What is an equation of the line tangent to the graph of f(x)=x2(2x+1)3 at the point where x=-1?
(that's x squared (2x+1)cubed)
I'm having trouble finding the derivative:f'(x)which would be the slope (m).
To find the derivative, you must use the product rule
f'(x) = u'*v + u*v'
So,
f(x) = x^2*(2x+1)^3
f'(x)=(2x)(2x+1)^3+(x^2)(3)(2x+1)^2(2)
(need chain rule, too)
Simplify
(2x)(2x+1)^2(5x+1)
(10x^2+2x)(2x+1)^2
In the form
y-y1 = m(x-x1)
y+1 = (10x^2+2x)(2x+1)^2(x+1)
To find the equation of the line tangent to the graph of f(x) at the point where x = -1, we first need to find the slope (m) of the tangent line. The slope can be determined by finding the derivative of the function f(x). Let's go through the steps to find the derivative:
Step 1: Start with the given function f(x) = x^2(2x + 1)^3.
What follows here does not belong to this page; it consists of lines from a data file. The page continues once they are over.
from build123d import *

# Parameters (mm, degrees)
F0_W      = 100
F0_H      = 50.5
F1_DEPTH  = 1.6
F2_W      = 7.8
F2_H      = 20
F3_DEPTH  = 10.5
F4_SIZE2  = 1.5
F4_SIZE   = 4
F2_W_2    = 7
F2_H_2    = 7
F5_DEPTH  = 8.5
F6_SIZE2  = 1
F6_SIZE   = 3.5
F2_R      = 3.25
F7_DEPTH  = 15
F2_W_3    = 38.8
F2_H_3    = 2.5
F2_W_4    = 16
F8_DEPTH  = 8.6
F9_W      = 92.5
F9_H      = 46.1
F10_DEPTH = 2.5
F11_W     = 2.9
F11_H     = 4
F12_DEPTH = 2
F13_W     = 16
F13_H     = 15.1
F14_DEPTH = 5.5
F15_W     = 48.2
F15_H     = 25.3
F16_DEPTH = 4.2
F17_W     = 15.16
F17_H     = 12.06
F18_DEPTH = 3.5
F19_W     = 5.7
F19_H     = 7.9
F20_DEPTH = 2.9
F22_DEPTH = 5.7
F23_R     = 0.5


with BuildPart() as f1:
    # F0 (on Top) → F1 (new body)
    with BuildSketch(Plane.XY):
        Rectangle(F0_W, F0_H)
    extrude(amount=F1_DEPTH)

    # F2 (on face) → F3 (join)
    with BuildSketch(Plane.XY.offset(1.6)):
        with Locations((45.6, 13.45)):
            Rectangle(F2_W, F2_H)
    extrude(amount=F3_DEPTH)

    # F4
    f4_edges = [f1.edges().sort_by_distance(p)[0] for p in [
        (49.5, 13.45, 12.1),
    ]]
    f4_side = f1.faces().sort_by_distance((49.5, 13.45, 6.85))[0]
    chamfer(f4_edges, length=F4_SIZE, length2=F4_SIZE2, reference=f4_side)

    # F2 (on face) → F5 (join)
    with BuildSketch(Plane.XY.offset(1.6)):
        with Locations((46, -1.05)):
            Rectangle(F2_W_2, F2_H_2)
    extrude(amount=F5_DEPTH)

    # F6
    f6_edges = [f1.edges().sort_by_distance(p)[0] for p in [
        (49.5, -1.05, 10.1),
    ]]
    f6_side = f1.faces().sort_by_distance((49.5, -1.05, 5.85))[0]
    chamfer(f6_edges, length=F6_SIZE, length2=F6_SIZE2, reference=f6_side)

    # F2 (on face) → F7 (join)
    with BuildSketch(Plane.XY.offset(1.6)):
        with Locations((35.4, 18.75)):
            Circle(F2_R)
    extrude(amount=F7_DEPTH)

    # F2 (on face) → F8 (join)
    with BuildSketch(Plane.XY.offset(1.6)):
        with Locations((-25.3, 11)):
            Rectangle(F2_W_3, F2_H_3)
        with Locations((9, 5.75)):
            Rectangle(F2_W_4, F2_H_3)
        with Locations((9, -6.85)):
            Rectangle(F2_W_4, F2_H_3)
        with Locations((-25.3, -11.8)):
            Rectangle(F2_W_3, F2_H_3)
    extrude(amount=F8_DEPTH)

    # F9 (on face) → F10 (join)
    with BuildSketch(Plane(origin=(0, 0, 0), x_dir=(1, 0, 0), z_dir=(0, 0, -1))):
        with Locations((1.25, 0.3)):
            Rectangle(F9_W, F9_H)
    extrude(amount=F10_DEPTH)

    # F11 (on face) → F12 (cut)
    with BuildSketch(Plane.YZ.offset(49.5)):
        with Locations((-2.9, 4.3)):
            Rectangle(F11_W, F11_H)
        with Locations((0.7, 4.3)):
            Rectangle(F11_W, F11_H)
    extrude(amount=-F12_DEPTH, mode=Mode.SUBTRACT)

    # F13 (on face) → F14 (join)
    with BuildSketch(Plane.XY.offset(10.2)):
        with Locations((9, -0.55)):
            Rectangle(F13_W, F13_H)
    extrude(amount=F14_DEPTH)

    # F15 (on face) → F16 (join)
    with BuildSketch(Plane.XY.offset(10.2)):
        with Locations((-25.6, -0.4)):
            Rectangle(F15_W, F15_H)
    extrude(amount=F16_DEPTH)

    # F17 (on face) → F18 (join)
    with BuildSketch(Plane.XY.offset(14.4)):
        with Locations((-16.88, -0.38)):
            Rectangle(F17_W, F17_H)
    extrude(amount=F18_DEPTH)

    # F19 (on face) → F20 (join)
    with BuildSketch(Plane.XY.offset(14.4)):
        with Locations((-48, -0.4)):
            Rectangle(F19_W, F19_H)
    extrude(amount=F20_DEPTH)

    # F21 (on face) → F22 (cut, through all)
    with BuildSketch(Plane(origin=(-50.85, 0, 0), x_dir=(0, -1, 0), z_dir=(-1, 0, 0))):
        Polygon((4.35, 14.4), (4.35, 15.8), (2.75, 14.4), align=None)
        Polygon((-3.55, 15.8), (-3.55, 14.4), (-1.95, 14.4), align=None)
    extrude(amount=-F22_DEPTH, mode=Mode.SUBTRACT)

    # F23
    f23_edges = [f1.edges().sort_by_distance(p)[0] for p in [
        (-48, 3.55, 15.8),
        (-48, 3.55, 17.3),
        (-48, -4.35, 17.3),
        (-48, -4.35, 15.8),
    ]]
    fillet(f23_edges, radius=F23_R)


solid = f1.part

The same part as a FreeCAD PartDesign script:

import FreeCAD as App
import Part
import Sketcher
Q = App.Units.Quantity


def edges_at(feature, points):
    """Names of the edges that pass closest to the given points."""
    edges = feature.Shape.Edges
    near = lambda p: min(range(len(edges)), key=lambda i: edges[i].distToShape(Part.Vertex(*p))[0])
    return sorted({f"Edge{near(p) + 1}" for p in points})


def add_polygon(sketch, points):
    """Adds a closed chain of lines whose ends are joined by coincident constraints."""
    first, n = sketch.GeometryCount, len(points)
    for a, b in zip(points, points[1:] + points[:1]):
        sketch.addGeometry(Part.LineSegment(App.Vector(*a, 0), App.Vector(*b, 0)), False)
    for i in range(n):
        sketch.addConstraint(Sketcher.Constraint("Coincident", first + i, 2, first + (i + 1) % n, 1))

doc = App.newDocument("Part")
body = doc.addObject("PartDesign::Body", "Body")

# Sketch on XY plane
sketch1 = body.newObject("Sketcher::SketchObject", "Sketch")
sketch1.AttachmentSupport = (doc.getObject("XY_Plane"), [""])
sketch1.MapMode = "FlatFace"
add_polygon(sketch1, [(-50, 25), (-50, -25), (50, -25), (50, 25)])  # lines 0-3
sketch1.addConstraint(Sketcher.Constraint("Vertical", 0))
sketch1.addConstraint(Sketcher.Constraint("Horizontal", 1))
sketch1.addConstraint(Sketcher.Constraint("Vertical", 2))
sketch1.addConstraint(Sketcher.Constraint("Horizontal", 3))
sketch1.addConstraint(Sketcher.Constraint("Symmetric", 0, 2, 2, 2, -1, 1))
sketch1.addConstraint(Sketcher.Constraint("DistanceX", 1, 1, 1, 2, Q("100 mm")))
sketch1.addConstraint(Sketcher.Constraint("DistanceY", 0, 2, 0, 1, Q("50.5 mm")))
pad1 = body.newObject("PartDesign::Pad", "Pad")
pad1.Profile = sketch1
pad1.Length = 1.6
Step 2: Expand the expression inside the parentheses using the power rule: (2x + 1)^3 = 8x^3 + 12x^2 + 6x + 1.
Step 3: Apply the product rule to find the derivative. The product rule states that the derivative of the product of two functions u(x) and v(x) is given by u'(x)v(x) + u(x)v'(x). In this case, the two functions are x^2 and (8x^3 + 12x^2 + 6x + 1).
f'(x) = (x^2)'(8x^3 + 12x^2 + 6x + 1) + (x^2)(8x^3 + 12x^2 + 6x + 1)'.
Step 4: Simplify each derivative using the power rule:
f'(x) = 2x(8x^3 + 12x^2 + 6x + 1) + x^2(24x^2 + 24x + 6).
Step 5: Combine like terms:
f'(x) = 16x^4 + 24x^3 + 12x^2 + 2x + 24x^3 + 24x^2 + 6x^2 + 6x.
Step 6: Simplify further:
f'(x) = 16x^4 + 48x^3 + 18x^2 + 8x.
Now that we have the derivative, we can evaluate it at x = -1 to find the slope at that point.
Step 7: Substitute x = -1 into the derivative:
f'(-1) = 16(-1)^4 + 48(-1)^3 + 18(-1)^2 + 8(-1).
Simplifying, we get:
f'(-1) = 16 - 48 - 18 - 8 = -58.
Therefore, the slope (m) of the tangent line to the graph of f(x) at x = -1 is -58.
To find the equation of the line tangent to the graph at x = -1, we have the slope (-58) and the point (-1, f(-1)). We can use the point-slope form of the equation of a line to get the equation.
Step 8: Plug in the values into the point-slope form:
y - y1 = m(x - x1), where (x1, y1) = (-1, f(-1)).
Substituting these values:
y - f(-1) = -58(x - (-1)).
Simplifying:
y - f(-1) = -58(x + 1).
This is the equation of the line tangent to the graph of f(x) = x^2(2x+1)^3 at the point where x = -1.